Let's say we have a fair coin. We have $1 \dots n$ different Elements. We want to select one of these n elements with the coin. Each element should have the same chance to be selected. In addition, the selection must be made in such a way that it is determinant in any case.
For example: Be $n=2$. If head falls we take the first element, if tail falls we take the second element.
But is it possible for example for $n = 3$ ?
You can come quite close. Use your fair coin to create a binary number between $0$ and $1$. If your number is in $[0,\frac 13)$ that's choice $A$, and so on. The problem is that, in principle, it can take you infinitely long to decide which range you are in. In base $2$ we have $$\left( \frac 13\right)_{10}=(.01010101\cdots)_2$$ so if you alternate $0,1$ for a million tosses you won't be sure which range you are in. As a practical matter, however, this method works extremely well. And it is easy to see how to generalize this for an arbitrary $n$.
There are various clever tricks for different values of $n$. A general method is to find the smallest power $k$ with $n \le 2^k$.
Now flip the coin $k$ times. That determines a binary number $t$ at most $2^k-1$. If $t+1 \le n$ take that element. If not, roll again.
This general strategy works with $d$-sided dice in place of of fair coins.
repeatedly toss the coin and write down a binary digit $a_i\in\{0,1\}$ according to the outcome (after initially writing "$0.$"). If we perfom infinitely many tosses, we produce real number with binary expansion $a:=0.a_1a_2a_3a_4,\ldots\in[0,1]$. With probability $1$, the expansion does not end in infinitely many $1$'s. Also with probability $1$, $a$ differs from each of $\frac1n$, $\frac 2n$, and so on. Hence with probability $1$, we can decide after finitely many tosses, in which interval $[\frac {i-1}n, \frac{i}n)$ the number $a$ lies. In that case, take $i$ as outcome.
$n=3$ case, your Cumulative Probability moves up at $\frac{1}{3}$ and $\frac{2}{3}$.

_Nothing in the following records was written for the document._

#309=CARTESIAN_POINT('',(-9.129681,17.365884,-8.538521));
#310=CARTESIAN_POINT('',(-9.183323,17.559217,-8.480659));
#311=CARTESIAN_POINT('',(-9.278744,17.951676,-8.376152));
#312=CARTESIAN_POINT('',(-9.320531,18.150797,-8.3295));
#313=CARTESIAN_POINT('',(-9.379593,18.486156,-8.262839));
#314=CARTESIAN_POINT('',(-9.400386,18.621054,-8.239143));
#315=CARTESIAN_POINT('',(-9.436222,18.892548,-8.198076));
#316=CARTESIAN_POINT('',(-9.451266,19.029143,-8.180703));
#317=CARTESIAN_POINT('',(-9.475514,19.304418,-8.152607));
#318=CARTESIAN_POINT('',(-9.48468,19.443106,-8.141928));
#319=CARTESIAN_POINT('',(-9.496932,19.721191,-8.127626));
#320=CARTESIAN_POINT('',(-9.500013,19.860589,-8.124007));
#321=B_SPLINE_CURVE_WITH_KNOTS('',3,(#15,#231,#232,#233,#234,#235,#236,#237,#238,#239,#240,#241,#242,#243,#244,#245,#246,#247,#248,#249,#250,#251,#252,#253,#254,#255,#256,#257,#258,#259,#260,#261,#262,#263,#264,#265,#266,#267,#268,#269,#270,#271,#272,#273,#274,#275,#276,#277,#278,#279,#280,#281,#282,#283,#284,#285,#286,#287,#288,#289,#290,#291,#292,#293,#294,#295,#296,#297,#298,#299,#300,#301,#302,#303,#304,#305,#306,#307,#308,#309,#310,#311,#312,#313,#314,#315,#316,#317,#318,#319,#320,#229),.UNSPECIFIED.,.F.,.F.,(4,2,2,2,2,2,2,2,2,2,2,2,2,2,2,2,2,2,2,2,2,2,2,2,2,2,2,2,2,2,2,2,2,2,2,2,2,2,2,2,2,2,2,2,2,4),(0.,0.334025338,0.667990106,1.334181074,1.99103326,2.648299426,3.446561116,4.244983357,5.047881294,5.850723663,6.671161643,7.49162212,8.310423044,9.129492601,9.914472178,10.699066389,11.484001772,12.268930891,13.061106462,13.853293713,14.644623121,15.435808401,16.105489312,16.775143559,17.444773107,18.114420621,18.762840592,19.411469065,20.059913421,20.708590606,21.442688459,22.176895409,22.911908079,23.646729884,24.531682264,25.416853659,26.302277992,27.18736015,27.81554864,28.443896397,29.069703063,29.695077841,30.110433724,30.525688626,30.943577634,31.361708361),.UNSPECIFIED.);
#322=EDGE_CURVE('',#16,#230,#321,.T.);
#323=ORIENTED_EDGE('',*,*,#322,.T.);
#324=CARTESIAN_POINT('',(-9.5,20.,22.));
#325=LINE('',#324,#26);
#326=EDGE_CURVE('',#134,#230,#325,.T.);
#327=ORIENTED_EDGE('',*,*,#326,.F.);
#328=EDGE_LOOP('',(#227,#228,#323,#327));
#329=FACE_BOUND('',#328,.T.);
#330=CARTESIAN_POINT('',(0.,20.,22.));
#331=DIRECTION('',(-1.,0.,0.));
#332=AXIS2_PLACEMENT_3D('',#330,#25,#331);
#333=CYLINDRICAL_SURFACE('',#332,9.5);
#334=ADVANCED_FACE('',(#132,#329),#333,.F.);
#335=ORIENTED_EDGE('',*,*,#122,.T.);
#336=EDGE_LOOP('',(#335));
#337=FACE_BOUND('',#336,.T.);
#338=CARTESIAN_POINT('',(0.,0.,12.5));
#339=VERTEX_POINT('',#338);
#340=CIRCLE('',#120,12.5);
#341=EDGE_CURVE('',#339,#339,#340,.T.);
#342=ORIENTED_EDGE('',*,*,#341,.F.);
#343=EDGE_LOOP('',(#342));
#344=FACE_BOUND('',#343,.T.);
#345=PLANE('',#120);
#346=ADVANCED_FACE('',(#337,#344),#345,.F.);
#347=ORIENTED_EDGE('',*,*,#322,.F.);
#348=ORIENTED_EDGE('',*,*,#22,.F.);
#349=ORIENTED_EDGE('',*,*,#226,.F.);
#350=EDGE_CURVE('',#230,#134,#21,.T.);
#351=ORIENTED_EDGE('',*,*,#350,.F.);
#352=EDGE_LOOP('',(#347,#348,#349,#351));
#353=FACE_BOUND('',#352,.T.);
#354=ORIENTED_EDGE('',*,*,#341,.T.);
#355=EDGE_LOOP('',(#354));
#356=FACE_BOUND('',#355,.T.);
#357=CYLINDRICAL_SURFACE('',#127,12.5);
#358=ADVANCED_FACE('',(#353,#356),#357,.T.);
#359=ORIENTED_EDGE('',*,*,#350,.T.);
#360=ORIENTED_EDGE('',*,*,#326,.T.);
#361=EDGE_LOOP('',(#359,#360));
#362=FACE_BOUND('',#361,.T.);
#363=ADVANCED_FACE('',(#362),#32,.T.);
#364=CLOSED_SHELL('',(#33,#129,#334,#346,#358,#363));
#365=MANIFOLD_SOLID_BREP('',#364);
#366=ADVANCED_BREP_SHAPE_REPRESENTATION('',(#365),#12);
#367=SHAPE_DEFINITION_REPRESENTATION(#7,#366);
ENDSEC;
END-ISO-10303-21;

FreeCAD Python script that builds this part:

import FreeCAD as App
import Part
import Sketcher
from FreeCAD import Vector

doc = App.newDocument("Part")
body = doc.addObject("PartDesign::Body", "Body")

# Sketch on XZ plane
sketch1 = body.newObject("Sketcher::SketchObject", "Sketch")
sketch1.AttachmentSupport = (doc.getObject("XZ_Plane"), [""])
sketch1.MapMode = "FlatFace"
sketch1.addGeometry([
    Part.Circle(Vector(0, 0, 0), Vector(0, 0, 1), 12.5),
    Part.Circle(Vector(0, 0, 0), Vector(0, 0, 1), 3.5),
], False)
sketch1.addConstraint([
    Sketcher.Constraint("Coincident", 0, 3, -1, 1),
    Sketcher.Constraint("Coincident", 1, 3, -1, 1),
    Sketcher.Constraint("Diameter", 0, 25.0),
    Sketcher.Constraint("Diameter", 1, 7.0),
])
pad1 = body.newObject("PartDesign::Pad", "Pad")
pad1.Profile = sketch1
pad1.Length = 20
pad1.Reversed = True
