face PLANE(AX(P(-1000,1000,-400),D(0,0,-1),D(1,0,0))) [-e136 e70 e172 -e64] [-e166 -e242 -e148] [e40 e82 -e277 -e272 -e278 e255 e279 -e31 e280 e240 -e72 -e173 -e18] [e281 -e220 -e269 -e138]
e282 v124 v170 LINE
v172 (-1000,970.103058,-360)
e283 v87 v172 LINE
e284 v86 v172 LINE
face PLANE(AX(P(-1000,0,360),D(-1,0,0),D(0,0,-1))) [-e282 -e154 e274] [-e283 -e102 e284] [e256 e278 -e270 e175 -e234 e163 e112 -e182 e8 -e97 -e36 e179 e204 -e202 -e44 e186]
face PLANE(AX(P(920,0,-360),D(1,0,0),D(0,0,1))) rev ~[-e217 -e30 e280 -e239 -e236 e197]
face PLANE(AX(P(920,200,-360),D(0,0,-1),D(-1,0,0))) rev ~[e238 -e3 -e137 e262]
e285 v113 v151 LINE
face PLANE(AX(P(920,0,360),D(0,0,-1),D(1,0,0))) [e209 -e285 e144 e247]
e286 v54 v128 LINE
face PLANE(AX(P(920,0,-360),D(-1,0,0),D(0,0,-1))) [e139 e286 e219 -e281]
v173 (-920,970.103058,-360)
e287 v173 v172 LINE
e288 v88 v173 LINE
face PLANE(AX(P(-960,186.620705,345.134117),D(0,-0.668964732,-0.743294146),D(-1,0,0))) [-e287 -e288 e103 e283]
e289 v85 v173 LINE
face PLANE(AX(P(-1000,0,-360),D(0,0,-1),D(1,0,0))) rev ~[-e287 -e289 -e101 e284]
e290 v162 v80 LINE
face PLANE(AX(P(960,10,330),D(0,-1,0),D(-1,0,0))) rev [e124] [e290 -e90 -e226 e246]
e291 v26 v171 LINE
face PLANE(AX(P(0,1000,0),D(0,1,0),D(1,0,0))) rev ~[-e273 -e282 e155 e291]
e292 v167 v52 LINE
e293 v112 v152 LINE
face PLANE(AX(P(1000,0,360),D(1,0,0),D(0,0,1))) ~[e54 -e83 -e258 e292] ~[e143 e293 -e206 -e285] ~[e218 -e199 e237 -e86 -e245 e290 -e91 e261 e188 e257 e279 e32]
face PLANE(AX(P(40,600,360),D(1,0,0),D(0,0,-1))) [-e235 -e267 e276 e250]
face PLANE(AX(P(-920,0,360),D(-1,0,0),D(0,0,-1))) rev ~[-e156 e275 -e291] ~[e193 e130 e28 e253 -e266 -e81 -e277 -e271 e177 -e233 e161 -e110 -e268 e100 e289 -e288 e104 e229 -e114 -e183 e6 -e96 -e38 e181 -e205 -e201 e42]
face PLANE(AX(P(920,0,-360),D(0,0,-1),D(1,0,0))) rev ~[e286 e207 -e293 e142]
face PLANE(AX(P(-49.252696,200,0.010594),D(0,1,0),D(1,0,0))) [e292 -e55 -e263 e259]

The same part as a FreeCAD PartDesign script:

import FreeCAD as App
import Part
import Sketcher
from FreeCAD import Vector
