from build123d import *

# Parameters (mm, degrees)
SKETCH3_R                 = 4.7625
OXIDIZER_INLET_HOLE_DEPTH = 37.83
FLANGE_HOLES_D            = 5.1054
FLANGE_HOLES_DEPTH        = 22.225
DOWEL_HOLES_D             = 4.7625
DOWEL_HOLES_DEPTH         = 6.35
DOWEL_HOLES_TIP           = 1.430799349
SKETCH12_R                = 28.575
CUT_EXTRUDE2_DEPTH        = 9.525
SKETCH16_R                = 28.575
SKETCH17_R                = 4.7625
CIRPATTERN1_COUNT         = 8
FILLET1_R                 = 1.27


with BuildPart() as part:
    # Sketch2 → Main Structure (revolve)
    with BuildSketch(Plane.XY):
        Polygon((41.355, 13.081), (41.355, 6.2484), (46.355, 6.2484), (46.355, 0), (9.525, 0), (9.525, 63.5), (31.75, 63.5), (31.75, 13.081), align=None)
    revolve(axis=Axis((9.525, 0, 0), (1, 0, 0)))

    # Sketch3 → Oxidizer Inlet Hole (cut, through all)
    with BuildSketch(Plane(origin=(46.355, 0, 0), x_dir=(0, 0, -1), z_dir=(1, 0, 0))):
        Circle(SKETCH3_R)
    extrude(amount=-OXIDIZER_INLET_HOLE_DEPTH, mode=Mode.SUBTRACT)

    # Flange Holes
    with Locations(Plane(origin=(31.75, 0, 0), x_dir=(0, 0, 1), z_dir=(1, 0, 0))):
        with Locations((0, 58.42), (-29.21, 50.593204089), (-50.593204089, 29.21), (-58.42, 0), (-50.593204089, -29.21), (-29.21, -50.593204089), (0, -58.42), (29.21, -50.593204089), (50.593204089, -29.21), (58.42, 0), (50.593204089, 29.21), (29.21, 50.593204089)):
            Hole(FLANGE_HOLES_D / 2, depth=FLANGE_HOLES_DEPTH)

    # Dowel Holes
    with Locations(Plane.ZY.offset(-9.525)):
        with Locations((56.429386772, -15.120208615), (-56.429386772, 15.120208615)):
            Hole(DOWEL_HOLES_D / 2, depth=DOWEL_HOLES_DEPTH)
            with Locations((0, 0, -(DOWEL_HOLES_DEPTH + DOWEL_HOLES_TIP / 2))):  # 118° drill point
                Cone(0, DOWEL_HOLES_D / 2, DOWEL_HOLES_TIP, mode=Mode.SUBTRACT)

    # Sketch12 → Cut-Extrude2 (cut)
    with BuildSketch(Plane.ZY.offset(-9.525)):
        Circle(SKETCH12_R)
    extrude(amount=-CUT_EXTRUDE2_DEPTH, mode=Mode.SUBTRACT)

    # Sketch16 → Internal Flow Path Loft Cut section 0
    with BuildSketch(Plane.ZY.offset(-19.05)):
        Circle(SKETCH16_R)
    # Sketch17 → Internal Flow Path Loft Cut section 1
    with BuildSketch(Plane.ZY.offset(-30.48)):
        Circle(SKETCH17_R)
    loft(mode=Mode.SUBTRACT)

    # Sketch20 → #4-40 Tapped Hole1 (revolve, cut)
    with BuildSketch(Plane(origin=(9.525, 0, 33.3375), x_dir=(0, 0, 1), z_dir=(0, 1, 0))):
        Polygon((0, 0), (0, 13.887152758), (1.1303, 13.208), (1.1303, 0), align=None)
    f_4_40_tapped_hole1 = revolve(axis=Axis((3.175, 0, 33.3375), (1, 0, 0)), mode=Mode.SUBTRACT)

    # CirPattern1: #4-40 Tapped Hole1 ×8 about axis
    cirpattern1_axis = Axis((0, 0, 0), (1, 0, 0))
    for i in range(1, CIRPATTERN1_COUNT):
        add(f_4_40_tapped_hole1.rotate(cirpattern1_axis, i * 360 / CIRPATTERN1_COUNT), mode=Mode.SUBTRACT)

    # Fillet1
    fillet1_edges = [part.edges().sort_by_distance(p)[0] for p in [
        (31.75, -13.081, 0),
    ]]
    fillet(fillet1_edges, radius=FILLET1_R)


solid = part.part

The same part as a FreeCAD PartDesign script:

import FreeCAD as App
import Part
import Sketcher
Q = App.Units.Quantity


def edges_at(feature, points):
    """Names of the edges that pass closest to the given points."""
    edges = feature.Shape.Edges
    near = lambda p: min(range(len(edges)), key=lambda i: edges[i].distToShape(Part.Vertex(*p))[0])
    return sorted({f"Edge{near(p) + 1}" for p in points})

doc = App.newDocument("Part")
params = doc.addObject("Spreadsheet::Sheet", "Params")
for row, (alias, value) in enumerate([
    ("sketch1_height", "2.5 in"),
    ("sketch1_width", "1.45 in"),
    ("sketch1_width2", "0.875 in"),
    ("sketch1_height2", "0.269 in"),
    ("sketch1_height3", "1.985 in"),
    ("revolution_angle", "360 deg"),
    ("sketch2_diameter", "0.375 in"),
    ("sketch3_diameter", "0.201 in"),
    ("hole_diameter", "0.201 in"),
    ("hole_depth", "0.875 in"),
    ("sketch4_diameter", "0.1875 in"),
    ("hole2_diameter", "0.1875 in"),
    ("hole2_depth", "0.25 in"),
    ("sketch5_diameter", "2.25 in"),
    ("pocket2_length", "0.375 in"),
    ("sketch6_diameter", "2.25 in"),
    ("sketch7_diameter", "0.375 in"),
    ("sketch8_width", "0.52 in"),
    ("groove_angle", "360 deg"),
    ("fillet_radius", "0.05 in"),
], start=1):
    params.set(f"A{row}", alias)
    params.set(f"B{row}", "=" + value)
    params.setAlias(f"B{row}", alias)

body = doc.addObject("PartDesign::Body", "Body")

Therefore, if you can generate a uniform random number, if the uniform random number falls in between 0 and $\frac{1}{3}$, you choose the first element. and so on.
The question is "Can we generate a uniform random number?" Yes, but, it will take infinite numbers of toss. Good news is we don't need infinite accuracy.
Here is the trick.
Every time you toss the coin, you divide a range in half and move to the upper or the lower range.
You toss a coin first, to decide whether the random number will be greater than $\frac{1}{2}$ or not. range from 0 to $\frac{1}{2}$ or from $\frac{1}{2}$ to 1. let's say you get tail and choose the lower range. you can not decide either the 1st element or the 2nd element. but obviously, your range is out of the 3rd element range.
Toss again. Again decide upper or lower, now, from 0 to $\frac{1}{4}$ or from $\frac{1}{4}$ to $\frac{1}{2}$
If it falls the lower (0~0.25), now the whole range falls into the first element range (0 to $\frac{1}{3}$) you choose the 1st element.
if not you keep tossing a coin until you random number range falls into one element range.